*** Opening Records supplied ***

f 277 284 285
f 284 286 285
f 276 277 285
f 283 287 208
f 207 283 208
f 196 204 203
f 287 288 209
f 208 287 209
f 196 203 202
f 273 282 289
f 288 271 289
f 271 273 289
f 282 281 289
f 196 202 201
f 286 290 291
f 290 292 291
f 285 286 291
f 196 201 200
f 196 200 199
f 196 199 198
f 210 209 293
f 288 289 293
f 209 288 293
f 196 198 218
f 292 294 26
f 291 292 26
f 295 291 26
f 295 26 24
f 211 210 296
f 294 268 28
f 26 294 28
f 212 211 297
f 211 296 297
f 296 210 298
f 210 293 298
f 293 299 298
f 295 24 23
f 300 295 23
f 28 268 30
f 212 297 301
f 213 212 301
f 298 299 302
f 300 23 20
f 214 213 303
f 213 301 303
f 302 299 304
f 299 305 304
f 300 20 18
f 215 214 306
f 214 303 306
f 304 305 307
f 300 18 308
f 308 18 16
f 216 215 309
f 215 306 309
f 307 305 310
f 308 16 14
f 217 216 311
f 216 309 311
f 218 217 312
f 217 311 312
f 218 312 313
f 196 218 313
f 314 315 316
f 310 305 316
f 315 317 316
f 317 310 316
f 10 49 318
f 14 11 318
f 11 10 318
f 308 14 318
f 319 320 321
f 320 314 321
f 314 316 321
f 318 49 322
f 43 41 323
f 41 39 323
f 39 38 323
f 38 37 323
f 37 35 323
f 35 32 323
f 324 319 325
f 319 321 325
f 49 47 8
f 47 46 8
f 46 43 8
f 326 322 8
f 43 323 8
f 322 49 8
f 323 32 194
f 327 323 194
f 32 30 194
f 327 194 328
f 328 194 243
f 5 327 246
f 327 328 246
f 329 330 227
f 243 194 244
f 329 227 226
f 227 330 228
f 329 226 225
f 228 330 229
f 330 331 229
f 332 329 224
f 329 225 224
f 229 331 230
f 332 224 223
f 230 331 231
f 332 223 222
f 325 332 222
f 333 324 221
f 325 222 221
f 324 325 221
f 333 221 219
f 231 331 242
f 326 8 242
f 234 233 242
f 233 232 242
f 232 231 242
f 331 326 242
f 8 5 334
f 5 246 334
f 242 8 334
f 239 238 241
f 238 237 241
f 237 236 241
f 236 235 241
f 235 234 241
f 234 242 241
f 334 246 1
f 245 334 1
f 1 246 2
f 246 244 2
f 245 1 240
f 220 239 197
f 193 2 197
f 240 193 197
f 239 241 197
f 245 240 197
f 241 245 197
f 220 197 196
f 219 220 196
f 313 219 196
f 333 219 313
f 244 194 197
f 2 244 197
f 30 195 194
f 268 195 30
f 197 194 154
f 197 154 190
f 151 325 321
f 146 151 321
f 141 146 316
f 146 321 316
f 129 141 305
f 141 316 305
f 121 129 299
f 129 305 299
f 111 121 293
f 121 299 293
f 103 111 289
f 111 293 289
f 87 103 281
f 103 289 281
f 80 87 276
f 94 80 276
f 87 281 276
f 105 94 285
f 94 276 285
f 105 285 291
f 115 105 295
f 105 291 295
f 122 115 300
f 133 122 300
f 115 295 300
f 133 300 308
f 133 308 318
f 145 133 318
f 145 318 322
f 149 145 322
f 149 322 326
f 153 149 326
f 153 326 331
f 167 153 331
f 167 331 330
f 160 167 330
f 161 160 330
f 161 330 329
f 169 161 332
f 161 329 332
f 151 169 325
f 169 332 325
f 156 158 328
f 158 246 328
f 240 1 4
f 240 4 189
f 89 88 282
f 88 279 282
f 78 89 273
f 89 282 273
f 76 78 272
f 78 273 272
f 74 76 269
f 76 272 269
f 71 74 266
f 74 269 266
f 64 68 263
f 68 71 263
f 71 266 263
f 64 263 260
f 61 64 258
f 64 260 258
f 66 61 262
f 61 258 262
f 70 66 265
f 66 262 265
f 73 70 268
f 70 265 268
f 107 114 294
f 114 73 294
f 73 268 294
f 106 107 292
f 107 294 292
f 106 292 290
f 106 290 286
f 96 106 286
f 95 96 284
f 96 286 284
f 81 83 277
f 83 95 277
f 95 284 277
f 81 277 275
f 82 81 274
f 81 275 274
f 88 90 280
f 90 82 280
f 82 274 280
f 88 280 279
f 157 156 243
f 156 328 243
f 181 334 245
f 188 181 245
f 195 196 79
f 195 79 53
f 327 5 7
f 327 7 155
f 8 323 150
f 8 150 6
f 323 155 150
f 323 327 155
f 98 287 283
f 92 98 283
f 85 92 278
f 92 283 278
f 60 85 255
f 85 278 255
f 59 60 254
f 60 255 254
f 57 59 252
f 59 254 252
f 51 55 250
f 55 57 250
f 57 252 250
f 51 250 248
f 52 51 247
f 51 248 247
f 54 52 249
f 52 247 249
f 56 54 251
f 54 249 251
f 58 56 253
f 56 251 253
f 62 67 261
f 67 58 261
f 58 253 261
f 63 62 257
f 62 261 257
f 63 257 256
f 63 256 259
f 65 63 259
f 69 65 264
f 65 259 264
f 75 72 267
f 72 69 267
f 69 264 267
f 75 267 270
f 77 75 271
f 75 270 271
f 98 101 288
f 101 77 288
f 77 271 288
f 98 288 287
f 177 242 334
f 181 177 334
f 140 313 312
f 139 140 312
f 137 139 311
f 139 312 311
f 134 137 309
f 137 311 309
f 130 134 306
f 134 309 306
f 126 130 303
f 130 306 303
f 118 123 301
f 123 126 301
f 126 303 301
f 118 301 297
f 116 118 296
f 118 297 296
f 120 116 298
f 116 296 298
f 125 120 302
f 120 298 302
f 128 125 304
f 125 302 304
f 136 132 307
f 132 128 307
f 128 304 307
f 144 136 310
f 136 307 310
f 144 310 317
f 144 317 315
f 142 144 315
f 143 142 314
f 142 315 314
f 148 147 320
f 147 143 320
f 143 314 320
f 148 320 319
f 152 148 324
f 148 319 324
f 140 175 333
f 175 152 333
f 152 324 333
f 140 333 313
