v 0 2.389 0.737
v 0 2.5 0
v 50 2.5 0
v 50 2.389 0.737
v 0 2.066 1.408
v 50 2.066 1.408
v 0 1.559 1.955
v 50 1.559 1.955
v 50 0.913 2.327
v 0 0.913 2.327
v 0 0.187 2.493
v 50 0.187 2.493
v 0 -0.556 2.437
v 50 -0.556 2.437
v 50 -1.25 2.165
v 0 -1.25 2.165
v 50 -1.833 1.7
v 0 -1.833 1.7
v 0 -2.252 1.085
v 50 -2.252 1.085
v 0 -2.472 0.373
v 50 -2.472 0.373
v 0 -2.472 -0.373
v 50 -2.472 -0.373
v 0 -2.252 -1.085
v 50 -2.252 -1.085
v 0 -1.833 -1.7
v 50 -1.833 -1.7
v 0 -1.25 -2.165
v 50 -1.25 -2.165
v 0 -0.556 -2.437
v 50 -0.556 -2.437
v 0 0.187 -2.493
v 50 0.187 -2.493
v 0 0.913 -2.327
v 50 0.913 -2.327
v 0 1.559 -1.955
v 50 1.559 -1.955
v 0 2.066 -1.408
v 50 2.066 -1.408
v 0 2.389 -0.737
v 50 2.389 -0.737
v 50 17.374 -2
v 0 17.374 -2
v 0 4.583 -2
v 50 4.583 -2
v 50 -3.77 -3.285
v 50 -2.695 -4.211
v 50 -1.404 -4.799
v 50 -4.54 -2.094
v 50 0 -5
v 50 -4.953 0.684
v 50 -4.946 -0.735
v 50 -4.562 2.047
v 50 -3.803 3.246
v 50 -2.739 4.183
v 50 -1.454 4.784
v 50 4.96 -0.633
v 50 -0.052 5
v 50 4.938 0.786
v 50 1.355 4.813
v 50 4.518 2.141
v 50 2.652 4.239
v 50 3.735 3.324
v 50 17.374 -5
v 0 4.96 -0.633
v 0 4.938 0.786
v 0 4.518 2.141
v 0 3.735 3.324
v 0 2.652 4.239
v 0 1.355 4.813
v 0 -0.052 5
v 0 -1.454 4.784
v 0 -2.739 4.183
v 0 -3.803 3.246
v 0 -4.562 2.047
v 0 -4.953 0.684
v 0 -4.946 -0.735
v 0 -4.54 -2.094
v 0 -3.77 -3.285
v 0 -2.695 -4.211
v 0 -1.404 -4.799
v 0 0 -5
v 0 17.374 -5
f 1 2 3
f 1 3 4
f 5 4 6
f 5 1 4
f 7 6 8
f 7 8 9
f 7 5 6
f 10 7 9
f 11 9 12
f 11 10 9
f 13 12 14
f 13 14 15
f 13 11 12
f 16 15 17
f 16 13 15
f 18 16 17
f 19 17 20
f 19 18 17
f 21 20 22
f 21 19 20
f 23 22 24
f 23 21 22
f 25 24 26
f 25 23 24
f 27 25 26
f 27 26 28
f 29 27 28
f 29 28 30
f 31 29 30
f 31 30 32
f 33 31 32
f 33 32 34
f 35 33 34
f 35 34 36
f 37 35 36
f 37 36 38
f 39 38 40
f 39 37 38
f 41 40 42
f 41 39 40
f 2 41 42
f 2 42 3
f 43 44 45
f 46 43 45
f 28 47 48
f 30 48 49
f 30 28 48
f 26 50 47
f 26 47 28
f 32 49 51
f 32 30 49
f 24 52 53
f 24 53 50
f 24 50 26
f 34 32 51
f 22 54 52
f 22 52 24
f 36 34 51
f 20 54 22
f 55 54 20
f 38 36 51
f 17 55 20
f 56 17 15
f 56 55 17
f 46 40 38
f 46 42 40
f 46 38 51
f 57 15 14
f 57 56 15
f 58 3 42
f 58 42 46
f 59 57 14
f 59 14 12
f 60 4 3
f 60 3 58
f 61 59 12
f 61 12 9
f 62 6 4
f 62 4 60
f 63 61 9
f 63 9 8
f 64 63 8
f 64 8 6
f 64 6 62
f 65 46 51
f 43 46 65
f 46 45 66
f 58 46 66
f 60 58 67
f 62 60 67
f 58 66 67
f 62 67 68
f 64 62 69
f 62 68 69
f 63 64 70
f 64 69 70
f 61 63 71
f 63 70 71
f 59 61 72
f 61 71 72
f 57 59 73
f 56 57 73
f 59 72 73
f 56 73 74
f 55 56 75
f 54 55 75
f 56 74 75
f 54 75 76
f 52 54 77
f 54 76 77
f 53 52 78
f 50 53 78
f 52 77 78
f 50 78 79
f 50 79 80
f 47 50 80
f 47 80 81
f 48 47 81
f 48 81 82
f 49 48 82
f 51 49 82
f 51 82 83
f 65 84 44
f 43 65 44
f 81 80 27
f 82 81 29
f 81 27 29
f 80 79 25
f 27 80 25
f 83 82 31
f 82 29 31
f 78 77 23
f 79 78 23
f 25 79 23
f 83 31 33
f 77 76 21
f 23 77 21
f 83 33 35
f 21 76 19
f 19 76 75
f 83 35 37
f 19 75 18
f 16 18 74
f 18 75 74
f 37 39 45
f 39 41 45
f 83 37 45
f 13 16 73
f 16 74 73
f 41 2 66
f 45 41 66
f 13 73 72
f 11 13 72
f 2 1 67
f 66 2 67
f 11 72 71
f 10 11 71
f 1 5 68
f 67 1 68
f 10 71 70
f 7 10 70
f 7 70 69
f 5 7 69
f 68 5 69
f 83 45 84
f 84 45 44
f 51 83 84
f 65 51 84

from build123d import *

# Parameters (mm, degrees)
F0_R     = 2.5
F1_DEPTH = 50


with BuildPart() as f1:
    # F0 (on Right) → F1 (new body)
    with BuildSketch(Plane.YZ):
        with BuildLine():
            Line((17.373618, -2), (4.582576, -2))
            ThreePointArc((4.582576, -2), (-2.738613, 4.1833), (0, -5))
            Line((0, -5), (17.373618, -5))
            Line((17.373618, -5), (17.373618, -2))
        make_face()
        Circle(F0_R, mode=Mode.SUBTRACT)
    extrude(amount=F1_DEPTH)


solid = f1.part
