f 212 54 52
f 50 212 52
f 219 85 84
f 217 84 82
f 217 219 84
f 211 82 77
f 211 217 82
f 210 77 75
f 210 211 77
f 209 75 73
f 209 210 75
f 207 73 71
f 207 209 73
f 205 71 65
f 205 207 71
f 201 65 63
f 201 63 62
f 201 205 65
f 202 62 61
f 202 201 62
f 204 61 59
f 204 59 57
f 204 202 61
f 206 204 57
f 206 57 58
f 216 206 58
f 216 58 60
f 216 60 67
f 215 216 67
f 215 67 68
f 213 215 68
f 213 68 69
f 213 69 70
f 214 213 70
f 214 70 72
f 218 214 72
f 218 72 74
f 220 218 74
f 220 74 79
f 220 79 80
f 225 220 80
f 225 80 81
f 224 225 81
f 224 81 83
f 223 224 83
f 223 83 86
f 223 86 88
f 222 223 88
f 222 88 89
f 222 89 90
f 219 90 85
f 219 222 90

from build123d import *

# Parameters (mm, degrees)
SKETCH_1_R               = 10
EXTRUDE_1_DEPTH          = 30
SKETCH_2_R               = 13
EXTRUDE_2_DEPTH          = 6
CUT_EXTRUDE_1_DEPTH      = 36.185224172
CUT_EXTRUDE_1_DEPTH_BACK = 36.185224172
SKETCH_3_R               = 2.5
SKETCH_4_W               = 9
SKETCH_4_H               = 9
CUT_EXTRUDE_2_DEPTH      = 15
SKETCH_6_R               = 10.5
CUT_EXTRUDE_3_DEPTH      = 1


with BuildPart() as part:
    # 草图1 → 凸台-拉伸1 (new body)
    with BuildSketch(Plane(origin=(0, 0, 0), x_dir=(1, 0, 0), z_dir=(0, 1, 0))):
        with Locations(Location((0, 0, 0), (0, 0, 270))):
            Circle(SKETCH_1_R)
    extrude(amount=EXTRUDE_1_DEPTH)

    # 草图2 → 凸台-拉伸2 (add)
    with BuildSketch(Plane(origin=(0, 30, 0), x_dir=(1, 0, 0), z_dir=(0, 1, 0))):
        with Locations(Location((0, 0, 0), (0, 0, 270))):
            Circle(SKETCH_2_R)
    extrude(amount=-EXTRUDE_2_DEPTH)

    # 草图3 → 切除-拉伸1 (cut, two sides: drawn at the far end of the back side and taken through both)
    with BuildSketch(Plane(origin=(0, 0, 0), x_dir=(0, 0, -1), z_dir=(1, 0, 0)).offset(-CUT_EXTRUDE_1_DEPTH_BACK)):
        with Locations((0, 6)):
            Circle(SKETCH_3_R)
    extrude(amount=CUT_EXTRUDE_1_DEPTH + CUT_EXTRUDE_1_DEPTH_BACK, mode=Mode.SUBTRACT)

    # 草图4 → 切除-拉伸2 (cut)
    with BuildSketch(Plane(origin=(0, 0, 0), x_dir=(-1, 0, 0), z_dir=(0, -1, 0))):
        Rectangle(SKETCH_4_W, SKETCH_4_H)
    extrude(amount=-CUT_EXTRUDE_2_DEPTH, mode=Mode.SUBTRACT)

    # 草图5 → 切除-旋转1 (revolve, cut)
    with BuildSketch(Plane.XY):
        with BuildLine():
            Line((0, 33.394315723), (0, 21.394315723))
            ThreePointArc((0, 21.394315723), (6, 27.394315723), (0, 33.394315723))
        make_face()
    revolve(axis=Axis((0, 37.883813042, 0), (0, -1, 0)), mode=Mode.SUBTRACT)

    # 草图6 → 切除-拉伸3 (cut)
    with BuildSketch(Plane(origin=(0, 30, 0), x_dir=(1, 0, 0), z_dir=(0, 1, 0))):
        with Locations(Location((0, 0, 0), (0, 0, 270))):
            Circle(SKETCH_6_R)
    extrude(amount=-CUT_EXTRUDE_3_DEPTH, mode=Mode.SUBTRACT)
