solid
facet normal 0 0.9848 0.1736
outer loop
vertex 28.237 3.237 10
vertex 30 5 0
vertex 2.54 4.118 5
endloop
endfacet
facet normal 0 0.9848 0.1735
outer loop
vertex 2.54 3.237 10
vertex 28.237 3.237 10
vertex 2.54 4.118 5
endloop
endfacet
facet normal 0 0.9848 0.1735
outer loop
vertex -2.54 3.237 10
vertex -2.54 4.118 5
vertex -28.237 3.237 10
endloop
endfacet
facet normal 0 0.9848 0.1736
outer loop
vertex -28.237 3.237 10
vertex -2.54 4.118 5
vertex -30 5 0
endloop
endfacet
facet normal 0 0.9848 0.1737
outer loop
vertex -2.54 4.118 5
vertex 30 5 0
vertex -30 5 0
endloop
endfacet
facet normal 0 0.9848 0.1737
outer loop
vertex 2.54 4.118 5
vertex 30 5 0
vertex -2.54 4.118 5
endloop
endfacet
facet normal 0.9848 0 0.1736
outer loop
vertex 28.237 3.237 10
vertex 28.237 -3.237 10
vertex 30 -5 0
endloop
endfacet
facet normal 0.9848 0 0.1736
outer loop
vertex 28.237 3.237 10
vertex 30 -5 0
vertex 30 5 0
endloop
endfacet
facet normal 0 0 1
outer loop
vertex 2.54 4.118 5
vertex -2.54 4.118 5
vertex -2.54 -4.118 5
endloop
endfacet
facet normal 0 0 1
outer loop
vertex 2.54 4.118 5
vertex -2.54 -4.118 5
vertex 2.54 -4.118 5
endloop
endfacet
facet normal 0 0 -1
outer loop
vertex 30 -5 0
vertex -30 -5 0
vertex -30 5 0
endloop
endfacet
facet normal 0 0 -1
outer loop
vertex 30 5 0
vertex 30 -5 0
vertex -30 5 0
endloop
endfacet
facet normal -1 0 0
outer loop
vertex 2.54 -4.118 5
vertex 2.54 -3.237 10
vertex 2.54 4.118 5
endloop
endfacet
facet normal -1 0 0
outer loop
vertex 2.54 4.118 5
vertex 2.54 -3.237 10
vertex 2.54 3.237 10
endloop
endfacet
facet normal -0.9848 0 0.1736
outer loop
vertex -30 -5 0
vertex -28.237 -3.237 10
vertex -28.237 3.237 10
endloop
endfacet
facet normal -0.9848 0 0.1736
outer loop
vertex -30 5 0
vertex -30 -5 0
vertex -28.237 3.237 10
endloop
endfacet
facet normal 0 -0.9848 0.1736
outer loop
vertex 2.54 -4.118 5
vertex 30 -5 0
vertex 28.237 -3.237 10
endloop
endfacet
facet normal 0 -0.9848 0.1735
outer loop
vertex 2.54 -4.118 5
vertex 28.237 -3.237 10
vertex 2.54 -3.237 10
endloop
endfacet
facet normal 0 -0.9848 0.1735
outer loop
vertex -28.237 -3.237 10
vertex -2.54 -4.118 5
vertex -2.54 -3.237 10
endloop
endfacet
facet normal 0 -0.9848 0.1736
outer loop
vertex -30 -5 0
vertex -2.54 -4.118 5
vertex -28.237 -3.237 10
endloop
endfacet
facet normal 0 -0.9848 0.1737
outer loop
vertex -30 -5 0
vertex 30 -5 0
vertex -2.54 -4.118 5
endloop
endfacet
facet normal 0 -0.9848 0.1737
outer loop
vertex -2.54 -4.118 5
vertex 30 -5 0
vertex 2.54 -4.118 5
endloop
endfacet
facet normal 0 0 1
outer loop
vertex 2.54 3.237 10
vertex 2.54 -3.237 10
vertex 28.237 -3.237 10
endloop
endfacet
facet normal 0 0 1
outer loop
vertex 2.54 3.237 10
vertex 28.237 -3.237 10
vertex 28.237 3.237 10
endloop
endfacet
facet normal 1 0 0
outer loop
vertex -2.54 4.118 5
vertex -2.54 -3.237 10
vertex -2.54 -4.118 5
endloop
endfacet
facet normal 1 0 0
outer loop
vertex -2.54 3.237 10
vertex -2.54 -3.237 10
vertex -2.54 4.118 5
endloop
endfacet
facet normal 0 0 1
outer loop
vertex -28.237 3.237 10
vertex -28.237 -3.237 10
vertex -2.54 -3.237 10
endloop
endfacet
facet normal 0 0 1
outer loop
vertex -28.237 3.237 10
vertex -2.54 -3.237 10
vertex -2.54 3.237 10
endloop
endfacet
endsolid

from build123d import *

# Parameters (mm, degrees)
SKETCH1_W           = 10
SKETCH1_H           = 60
BOSS_EXTRUDE1_DEPTH = 10
DRAFT1_ANGLE        = -10
SKETCH2_W           = 5.08
SKETCH2_H           = 30
CUT_EXTRUDE1_DEPTH  = 5


with BuildPart() as part:
    # Sketch1 → Boss-Extrude1 (new body)
    with BuildSketch(Plane(origin=(0, 0, 0), x_dir=(0, 1, 0), z_dir=(0, 0, 1))):
        Rectangle(SKETCH1_W, SKETCH1_H)
    extrude(amount=BOSS_EXTRUDE1_DEPTH)

    # Draft1
    draft1_faces = [part.faces().sort_by_distance(p)[0] for p in [
        (-30, 0, 5),
        (0, -5, 5),
        (0, 5, 5),
        (30, 0, 5),
    ]]
    draft(draft1_faces, Plane(origin=(0, 0, 0), x_dir=(-1, 0, 0), z_dir=(0, 0, -1)), DRAFT1_ANGLE)

    # Sketch2 → Cut-Extrude1 (cut)
    with BuildSketch(Plane.XY.offset(10)):
        Rectangle(SKETCH2_W, SKETCH2_H)
    extrude(amount=-CUT_EXTRUDE1_DEPTH, mode=Mode.SUBTRACT)


solid = part.part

*** Closing Records supplied ***

### About this exercise
Taking every line of the records in turn, count the ones holding "revolve", and state nothing but the number.

### Answer to the problem
2